» What is being asked
In the records below, the lines from the one containing "#105=ORIENTED_EDGE('',*,*,#85,.F.);" through the last are to be reproduced exactly and alone.

(Collected data)
# # #

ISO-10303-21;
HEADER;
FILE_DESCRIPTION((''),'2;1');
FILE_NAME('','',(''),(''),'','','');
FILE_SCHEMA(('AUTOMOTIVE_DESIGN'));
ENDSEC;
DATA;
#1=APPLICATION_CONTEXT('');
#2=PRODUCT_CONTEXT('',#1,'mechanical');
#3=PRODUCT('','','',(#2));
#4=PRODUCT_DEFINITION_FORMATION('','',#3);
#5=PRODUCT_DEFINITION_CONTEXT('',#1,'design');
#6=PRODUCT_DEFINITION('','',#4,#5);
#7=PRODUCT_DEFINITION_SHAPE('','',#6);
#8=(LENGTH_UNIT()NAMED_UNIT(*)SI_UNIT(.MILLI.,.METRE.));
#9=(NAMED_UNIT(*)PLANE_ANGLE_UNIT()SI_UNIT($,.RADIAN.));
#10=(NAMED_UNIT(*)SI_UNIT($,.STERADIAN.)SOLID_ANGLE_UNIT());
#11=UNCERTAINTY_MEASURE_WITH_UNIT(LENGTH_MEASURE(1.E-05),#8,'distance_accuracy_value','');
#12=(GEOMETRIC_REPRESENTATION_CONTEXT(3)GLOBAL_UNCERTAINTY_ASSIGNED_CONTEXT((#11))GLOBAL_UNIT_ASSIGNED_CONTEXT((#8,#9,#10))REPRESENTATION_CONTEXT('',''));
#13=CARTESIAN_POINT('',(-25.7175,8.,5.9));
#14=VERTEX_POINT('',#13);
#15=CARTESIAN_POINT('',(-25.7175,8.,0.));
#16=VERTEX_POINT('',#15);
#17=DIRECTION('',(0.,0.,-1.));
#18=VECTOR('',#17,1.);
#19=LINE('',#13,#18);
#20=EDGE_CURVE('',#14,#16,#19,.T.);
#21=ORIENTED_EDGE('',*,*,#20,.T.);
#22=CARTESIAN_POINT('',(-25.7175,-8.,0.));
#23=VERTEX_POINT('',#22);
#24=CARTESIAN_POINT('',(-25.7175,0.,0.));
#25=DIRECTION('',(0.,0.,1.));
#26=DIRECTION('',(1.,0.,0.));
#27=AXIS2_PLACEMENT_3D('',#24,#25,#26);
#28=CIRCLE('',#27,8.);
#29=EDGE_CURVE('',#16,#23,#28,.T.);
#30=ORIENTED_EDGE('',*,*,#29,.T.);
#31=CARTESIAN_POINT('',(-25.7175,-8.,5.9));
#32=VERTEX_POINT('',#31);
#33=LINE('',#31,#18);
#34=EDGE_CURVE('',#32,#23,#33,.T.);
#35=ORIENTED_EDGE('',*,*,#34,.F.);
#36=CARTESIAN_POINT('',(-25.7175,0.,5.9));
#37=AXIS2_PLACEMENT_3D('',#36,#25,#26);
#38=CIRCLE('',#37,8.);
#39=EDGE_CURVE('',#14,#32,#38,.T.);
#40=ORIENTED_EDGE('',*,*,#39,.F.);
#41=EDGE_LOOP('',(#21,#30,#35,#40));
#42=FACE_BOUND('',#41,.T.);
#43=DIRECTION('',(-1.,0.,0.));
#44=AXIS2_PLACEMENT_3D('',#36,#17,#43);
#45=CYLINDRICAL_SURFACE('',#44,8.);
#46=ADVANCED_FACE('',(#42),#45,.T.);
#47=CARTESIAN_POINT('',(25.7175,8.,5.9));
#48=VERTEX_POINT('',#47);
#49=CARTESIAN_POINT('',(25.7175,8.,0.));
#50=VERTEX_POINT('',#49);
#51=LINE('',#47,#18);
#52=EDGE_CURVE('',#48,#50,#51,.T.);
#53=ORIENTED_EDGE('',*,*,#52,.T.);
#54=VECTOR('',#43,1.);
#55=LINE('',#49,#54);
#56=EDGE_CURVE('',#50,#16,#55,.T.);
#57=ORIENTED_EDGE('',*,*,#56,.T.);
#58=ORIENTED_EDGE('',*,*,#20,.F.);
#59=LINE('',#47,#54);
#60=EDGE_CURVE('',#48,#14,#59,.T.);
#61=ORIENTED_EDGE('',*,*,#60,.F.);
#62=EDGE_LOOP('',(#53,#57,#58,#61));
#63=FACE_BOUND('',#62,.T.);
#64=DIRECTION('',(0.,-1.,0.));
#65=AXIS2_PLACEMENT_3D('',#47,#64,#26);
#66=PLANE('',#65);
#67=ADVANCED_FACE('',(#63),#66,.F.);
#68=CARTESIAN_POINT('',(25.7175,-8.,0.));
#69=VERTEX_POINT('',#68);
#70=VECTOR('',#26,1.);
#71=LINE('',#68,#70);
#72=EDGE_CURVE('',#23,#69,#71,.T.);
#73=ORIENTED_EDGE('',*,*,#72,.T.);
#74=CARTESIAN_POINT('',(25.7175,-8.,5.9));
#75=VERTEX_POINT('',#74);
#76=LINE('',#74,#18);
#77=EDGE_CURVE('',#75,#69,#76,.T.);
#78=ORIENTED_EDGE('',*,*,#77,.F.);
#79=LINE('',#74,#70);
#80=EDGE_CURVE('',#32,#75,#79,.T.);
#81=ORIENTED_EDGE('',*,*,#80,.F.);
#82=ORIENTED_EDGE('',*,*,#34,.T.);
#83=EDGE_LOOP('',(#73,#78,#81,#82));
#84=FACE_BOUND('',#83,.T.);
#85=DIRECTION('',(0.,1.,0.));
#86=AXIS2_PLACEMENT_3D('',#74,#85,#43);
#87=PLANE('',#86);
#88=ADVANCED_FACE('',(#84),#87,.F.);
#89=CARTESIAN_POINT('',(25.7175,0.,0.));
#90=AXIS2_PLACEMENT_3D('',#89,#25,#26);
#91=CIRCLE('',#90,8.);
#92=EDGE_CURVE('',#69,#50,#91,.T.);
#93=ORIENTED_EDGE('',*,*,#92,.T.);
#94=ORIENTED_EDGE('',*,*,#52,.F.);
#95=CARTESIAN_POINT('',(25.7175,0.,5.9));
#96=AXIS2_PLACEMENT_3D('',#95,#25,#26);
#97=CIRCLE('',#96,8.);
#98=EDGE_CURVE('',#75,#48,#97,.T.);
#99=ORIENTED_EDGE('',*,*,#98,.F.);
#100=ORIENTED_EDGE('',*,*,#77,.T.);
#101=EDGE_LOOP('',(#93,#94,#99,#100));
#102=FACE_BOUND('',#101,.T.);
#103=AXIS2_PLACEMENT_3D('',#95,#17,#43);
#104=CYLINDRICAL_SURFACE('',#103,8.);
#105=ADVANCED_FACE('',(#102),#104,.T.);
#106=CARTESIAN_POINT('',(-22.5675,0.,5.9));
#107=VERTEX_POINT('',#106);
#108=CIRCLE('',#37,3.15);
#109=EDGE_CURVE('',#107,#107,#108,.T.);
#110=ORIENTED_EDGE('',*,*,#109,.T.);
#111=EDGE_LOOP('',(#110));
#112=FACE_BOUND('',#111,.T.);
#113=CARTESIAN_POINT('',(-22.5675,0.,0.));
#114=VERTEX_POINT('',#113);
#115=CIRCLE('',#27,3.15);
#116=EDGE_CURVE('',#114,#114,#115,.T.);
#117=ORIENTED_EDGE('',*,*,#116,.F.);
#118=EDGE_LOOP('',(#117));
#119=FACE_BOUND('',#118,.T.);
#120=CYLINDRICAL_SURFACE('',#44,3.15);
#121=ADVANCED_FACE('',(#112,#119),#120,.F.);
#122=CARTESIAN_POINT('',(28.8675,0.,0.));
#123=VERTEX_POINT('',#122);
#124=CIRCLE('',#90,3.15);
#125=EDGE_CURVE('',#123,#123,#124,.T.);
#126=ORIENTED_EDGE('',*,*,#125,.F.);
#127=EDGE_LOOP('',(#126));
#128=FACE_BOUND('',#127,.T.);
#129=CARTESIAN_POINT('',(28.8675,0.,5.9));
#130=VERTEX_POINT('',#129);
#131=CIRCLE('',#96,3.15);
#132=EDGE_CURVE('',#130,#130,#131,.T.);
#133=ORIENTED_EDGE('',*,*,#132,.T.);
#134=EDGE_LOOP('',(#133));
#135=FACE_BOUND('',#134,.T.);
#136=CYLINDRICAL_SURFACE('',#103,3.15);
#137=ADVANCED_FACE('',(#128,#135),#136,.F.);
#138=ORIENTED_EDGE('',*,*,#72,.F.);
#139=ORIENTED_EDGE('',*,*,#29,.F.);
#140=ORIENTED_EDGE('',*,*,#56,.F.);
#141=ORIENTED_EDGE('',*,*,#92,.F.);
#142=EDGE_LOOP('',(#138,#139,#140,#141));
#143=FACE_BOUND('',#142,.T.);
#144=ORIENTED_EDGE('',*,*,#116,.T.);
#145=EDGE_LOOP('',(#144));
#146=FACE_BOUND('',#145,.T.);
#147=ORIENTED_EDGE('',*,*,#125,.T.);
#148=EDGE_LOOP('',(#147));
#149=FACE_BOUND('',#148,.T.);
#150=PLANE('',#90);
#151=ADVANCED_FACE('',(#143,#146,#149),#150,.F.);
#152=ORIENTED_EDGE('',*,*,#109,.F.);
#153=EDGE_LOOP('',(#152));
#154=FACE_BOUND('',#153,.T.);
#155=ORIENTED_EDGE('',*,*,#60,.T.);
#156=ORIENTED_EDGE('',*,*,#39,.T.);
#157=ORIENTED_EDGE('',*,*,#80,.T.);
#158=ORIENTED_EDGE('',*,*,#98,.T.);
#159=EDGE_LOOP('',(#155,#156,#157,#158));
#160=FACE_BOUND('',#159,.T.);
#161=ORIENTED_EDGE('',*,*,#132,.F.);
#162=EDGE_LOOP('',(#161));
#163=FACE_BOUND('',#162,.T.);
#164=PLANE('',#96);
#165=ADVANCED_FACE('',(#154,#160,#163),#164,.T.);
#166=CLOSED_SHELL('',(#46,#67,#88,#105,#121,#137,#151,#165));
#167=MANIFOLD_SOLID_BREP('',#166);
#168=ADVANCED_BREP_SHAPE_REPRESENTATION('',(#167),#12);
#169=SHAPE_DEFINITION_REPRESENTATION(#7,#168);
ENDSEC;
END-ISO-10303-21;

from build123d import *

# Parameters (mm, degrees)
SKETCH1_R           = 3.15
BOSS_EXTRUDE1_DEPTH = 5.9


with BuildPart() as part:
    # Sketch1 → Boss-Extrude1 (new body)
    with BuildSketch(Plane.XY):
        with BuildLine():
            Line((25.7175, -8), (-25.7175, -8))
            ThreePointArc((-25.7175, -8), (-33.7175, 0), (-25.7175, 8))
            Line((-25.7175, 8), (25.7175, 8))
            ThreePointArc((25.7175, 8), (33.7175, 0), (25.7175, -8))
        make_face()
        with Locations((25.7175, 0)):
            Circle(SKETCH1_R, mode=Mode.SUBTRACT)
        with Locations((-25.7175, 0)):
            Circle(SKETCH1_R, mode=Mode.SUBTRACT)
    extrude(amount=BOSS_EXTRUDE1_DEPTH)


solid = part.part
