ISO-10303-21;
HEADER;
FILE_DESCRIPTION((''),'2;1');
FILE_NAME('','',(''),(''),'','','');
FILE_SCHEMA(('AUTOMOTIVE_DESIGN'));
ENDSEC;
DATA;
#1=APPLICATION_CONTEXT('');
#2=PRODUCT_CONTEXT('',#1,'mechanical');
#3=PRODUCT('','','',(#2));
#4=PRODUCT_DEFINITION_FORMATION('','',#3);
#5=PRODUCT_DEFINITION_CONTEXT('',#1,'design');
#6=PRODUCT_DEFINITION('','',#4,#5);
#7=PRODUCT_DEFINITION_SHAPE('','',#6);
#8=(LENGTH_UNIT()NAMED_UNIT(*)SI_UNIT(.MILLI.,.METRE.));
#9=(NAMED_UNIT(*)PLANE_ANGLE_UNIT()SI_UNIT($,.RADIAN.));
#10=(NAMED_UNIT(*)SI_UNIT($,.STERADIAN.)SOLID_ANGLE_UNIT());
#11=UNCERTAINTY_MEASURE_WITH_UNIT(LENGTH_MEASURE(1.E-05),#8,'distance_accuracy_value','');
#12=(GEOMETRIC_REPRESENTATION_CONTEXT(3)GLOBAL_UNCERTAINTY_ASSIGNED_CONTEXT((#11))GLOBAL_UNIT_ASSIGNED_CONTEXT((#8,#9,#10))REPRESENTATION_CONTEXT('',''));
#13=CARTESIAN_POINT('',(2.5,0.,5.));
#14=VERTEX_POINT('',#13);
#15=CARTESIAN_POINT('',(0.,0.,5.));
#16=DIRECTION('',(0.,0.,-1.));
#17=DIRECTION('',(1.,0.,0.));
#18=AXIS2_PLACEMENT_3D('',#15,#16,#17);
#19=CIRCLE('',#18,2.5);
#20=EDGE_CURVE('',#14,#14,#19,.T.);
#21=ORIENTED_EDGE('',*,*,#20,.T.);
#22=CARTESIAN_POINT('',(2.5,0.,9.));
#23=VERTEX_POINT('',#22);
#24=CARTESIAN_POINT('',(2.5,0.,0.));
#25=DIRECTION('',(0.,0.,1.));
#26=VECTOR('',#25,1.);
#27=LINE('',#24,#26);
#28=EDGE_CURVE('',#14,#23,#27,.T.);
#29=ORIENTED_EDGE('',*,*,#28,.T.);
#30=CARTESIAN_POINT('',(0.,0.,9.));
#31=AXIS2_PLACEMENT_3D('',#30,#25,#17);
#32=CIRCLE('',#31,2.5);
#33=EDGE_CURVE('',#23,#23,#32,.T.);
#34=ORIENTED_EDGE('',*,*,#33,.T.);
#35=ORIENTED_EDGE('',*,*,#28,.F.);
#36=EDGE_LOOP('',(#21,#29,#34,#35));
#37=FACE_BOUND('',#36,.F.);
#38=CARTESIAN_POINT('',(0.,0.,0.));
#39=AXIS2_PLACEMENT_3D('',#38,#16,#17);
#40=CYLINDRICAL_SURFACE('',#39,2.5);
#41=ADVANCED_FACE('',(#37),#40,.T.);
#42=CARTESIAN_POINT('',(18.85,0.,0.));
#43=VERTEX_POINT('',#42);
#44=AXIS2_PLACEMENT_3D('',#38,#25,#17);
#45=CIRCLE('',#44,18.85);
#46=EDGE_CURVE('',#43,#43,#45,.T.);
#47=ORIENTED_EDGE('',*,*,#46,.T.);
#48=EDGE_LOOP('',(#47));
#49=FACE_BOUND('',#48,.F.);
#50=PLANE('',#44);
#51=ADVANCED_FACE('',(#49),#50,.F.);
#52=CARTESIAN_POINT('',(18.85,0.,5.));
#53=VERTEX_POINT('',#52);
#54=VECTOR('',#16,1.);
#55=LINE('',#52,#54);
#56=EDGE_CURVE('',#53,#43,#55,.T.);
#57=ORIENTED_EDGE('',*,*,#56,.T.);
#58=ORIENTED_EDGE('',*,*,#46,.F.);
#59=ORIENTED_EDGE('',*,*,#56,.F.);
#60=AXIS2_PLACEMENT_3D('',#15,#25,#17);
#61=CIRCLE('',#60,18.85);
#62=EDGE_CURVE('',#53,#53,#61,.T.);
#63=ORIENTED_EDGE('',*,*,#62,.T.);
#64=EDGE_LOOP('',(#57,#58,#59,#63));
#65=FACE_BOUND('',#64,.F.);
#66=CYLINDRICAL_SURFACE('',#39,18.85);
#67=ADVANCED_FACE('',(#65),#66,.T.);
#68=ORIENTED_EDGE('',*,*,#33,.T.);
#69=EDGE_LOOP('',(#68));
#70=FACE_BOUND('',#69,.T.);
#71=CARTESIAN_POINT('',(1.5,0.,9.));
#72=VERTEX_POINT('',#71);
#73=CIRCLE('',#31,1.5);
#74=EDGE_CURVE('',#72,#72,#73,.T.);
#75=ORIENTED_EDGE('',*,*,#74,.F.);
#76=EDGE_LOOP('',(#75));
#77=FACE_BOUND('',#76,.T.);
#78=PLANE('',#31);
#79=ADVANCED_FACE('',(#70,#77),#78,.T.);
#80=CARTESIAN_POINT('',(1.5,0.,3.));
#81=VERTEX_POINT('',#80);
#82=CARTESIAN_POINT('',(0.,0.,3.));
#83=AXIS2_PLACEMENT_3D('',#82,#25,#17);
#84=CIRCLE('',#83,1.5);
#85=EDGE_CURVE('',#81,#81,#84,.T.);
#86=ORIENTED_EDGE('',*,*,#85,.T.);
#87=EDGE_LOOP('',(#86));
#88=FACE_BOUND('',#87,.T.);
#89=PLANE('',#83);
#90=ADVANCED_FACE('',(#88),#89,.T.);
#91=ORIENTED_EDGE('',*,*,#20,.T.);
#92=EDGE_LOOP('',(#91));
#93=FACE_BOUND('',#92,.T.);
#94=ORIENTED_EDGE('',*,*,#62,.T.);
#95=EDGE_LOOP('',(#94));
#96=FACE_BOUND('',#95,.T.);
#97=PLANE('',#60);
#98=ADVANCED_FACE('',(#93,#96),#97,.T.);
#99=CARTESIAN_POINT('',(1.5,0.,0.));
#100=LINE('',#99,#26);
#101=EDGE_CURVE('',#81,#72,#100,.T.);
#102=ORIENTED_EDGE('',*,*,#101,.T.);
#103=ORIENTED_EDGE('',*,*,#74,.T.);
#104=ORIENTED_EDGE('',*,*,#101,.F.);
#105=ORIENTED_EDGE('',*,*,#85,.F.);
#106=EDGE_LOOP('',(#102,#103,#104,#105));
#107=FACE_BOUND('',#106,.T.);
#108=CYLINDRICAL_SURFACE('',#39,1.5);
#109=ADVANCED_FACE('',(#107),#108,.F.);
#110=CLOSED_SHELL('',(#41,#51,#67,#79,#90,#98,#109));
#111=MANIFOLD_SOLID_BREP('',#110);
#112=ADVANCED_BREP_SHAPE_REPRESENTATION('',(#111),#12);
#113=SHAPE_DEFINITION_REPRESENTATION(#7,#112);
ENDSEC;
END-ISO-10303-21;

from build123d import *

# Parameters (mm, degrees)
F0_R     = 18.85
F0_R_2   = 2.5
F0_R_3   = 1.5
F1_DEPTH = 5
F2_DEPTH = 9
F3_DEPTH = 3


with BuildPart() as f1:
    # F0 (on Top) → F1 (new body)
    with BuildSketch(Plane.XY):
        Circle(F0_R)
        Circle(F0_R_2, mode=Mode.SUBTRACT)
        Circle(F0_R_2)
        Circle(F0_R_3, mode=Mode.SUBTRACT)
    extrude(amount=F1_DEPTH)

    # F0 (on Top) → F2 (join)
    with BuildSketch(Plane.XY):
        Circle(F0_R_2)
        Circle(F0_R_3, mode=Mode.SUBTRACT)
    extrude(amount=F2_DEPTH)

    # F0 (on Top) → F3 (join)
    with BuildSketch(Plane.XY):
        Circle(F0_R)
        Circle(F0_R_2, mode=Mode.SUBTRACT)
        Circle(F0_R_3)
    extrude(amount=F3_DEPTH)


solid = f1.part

# # #

» The answer
#105=ORIENTED_EDGE('',*,*,#85,.F.);
#106=EDGE_LOOP('',(#102,#103,#104,#105));
#107=FACE_BOUND('',#106,.T.);
#108=CYLINDRICAL_SURFACE('',#39,1.5);
#109=ADVANCED_FACE('',(#107),#108,.F.);
#110=CLOSED_SHELL('',(#41,#51,#67,#79,#90,#98,#109));
#111=MANIFOLD_SOLID_BREP('',#110);
#112=ADVANCED_BREP_SHAPE_REPRESENTATION('',(#111),#12);
#113=SHAPE_DEFINITION_REPRESENTATION(#7,#112);
ENDSEC;
END-ISO-10303-21;

from build123d import *

# Parameters (mm, degrees)
F0_R     = 18.85
F0_R_2   = 2.5
F0_R_3   = 1.5
F1_DEPTH = 5
F2_DEPTH = 9
F3_DEPTH = 3


with BuildPart() as f1:
    # F0 (on Top) → F1 (new body)
    with BuildSketch(Plane.XY):
        Circle(F0_R)
        Circle(F0_R_2, mode=Mode.SUBTRACT)
        Circle(F0_R_2)
        Circle(F0_R_3, mode=Mode.SUBTRACT)
    extrude(amount=F1_DEPTH)

    # F0 (on Top) → F2 (join)
    with BuildSketch(Plane.XY):
        Circle(F0_R_2)
        Circle(F0_R_3, mode=Mode.SUBTRACT)
    extrude(amount=F2_DEPTH)

    # F0 (on Top) → F3 (join)
    with BuildSketch(Plane.XY):
        Circle(F0_R)
        Circle(F0_R_2, mode=Mode.SUBTRACT)
        Circle(F0_R_3)
    extrude(amount=F3_DEPTH)


solid = f1.part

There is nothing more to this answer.